Among the organisations they examined were beauty companies Ulta Beauty and L Brands. The firms initially showed similar results in terms of how closely women were associated with agentic leadership traits. But that all changed in July 2013 when Ulta Beauty appointed Mary Dillon as their CEO. “What we observe in the period post-hire is that the association between women and leadership traits increased massively for Ulta Beauty, but not so much for L Brands,” Lawson said.
This trend remained robust across the researchers’ wider data set. Over 70 percent of the firms they studied that hired women as CEOs saw an increase in the association between women and leadership traits, but this only applied to less than 30 percent of the organisations that did not hire women as CEOs. Unlike what one might think, a closer association between women and positive leadership traits did not come at the expense of women being viewed as likeable as far as how they were described by their own companies.

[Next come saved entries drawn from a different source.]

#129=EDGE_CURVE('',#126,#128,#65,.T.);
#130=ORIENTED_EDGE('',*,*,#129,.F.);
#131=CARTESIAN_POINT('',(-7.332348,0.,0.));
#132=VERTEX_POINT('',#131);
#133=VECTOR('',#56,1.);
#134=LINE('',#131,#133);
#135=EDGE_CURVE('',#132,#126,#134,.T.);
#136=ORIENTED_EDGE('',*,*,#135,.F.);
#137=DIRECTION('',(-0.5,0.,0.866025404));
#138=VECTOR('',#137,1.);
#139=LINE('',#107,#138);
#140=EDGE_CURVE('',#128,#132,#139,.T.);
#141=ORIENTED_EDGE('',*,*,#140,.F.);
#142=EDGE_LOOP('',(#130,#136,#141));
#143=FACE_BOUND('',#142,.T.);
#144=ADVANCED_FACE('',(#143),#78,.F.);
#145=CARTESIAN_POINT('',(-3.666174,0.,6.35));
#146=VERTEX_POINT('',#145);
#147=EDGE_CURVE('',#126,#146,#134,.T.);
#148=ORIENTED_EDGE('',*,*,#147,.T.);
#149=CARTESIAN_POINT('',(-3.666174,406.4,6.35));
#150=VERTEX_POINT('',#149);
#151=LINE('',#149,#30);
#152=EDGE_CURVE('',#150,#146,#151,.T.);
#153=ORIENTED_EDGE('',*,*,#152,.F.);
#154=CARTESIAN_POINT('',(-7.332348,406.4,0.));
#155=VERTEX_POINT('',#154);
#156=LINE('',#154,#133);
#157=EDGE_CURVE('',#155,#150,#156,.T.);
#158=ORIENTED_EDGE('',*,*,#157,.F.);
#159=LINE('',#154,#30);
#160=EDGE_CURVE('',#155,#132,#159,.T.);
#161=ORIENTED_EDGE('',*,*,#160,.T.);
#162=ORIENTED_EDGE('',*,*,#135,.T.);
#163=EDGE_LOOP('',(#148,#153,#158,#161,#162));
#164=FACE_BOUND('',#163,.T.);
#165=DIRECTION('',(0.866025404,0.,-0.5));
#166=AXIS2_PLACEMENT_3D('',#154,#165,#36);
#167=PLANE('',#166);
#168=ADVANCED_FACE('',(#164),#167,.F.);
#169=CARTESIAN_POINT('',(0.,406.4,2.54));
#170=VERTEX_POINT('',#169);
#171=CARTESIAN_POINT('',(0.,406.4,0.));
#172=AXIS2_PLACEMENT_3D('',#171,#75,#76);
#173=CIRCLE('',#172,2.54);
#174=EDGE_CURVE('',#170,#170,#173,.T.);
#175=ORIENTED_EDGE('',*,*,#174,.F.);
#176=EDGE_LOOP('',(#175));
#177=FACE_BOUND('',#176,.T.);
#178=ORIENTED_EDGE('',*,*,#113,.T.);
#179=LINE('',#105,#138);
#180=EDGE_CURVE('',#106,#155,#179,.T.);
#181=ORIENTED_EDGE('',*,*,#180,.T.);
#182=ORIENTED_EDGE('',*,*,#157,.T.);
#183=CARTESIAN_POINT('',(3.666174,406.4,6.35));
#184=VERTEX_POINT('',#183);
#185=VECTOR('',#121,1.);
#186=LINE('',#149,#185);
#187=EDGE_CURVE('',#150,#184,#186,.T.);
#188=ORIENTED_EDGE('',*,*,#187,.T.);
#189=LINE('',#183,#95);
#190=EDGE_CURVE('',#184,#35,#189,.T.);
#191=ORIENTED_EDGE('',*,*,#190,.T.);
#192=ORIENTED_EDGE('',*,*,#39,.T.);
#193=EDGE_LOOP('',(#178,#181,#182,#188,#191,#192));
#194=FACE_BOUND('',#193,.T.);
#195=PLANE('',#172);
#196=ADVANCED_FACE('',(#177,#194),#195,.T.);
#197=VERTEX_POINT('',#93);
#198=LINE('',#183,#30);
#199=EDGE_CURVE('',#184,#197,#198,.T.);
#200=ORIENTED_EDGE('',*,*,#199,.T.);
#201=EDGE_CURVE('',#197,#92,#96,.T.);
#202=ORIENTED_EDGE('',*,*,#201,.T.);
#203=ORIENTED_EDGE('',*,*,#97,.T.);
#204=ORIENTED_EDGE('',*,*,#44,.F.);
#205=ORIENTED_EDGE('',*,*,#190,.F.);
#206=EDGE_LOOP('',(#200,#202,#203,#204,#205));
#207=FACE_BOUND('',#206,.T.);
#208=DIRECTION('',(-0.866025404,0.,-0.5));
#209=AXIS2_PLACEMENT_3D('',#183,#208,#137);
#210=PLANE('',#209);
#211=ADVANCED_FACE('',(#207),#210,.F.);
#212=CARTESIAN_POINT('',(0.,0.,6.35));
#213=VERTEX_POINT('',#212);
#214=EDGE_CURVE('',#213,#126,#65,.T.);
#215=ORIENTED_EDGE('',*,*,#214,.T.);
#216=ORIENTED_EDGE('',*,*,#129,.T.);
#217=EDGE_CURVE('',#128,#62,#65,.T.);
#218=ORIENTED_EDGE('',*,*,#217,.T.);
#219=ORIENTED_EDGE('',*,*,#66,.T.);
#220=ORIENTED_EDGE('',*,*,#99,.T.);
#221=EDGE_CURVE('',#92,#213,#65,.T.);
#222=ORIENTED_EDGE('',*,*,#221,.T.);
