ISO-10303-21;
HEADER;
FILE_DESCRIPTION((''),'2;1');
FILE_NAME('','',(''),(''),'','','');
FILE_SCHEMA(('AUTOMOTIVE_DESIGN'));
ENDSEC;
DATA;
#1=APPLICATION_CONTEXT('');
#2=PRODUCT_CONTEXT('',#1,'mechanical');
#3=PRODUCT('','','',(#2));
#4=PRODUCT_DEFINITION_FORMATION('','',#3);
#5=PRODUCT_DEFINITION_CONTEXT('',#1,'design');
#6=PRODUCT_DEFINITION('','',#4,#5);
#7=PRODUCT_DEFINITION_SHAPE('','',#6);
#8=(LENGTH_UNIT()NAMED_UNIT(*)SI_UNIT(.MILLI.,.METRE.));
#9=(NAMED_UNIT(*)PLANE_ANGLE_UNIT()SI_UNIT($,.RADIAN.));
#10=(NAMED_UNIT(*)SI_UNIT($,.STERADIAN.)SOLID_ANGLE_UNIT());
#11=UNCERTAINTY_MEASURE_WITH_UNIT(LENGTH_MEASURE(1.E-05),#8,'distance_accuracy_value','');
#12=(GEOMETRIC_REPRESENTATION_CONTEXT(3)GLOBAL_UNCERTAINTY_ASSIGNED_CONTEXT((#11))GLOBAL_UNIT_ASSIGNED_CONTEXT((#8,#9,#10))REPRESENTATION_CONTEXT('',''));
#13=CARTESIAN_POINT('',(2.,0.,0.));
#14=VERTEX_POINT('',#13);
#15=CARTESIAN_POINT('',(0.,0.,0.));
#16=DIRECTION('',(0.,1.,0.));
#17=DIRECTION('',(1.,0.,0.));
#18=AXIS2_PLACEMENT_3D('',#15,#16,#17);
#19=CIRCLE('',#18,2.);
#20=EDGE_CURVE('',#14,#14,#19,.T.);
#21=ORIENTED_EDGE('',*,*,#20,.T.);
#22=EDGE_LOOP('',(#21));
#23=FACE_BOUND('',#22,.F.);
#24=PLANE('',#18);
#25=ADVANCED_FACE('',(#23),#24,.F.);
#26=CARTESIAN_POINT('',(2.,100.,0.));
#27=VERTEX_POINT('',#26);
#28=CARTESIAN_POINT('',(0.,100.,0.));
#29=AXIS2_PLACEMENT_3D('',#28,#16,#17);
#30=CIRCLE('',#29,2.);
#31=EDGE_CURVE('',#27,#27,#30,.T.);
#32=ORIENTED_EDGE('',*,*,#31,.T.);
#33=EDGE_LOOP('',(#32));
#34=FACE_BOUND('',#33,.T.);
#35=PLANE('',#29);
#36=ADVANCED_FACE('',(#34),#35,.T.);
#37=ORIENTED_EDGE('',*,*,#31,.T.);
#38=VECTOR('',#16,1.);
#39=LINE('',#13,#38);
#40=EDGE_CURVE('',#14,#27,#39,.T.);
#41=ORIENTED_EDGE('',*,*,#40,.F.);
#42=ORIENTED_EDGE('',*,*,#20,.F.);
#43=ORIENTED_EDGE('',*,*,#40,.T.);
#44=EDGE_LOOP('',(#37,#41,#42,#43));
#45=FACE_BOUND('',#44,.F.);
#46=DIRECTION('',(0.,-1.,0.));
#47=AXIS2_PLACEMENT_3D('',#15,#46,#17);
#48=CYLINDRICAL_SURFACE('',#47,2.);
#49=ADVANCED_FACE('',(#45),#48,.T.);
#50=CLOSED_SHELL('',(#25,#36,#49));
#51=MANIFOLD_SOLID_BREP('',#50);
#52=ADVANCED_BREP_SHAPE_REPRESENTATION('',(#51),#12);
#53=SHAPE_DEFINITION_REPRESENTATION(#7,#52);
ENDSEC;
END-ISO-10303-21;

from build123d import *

# Parameters (mm, degrees)
SKETCH1_R           = 2
BOSS_EXTRUDE1_DEPTH = 100


with BuildPart() as part:
    # Sketch1 → Boss-Extrude1 (new body)
    with BuildSketch(Plane(origin=(0, 0, 0), x_dir=(1, 0, 0), z_dir=(0, 1, 0))):
        Circle(SKETCH1_R)
    extrude(amount=BOSS_EXTRUDE1_DEPTH)


solid = part.part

“There doesn’t seem to be a penalty for women ascending to these leadership positions in terms of how they are perceived,” Lawson said, while noting that the study did not encompass how women leaders are represented in the media, which is a different story altogether.
The research by Lawson and his colleagues also showed that increasing the proportion of women on a company’s board of directors can result in the use of more progressive language surrounding women and lead to changes in gender stereotypes that precipitate the appointment of more women to the board.
Implications for organisations
Lawson then ran through some important takeaways for firms, including how bringing more women on board can lead to a virtuous cycle by predicting the hiring of even more women in the future. “This is in many ways the most exciting result. If we can increase female representation in leadership roles, this can change the gender stereotypes expressed in language that lead to the devaluation of women’s performance and impede their careers,” Lawson said. “You see how such a thing can snowball into fighting back against this massive imbalance we see in female representation.”
There are also implications for firms regarding the data they produce – which, as shown through the study, can be analysed using machine learning to reveal key information about the gender attitudes within these companies. This means that potential investors, partners or employees could be able to detect if an organisation has gender attitudes that are unconducive to women’s success, which could quickly become a competitive disadvantage.
“[With this increased] transparency and accountability, companies [will be compelled to] look internally and try harder to change those attitudes and stamp out pernicious gender stereotypes,” Lawson said. “The other possibility is that firms might need to strive to control the latent attitudes they are communicating in this text data.”
Responding to a question, Lawson suggested that word-vector models could also be used by firms for their internal DEI efforts. For instance, by gathering and analysing anonymous email corpus data, they could evaluate the language used to describe women and other minorities within their company. While the model cannot make the changes on its own, it can provide fine-grained information to target specific issues an organisation might have and that can be used to inform training sessions or interventions and monitor their effects.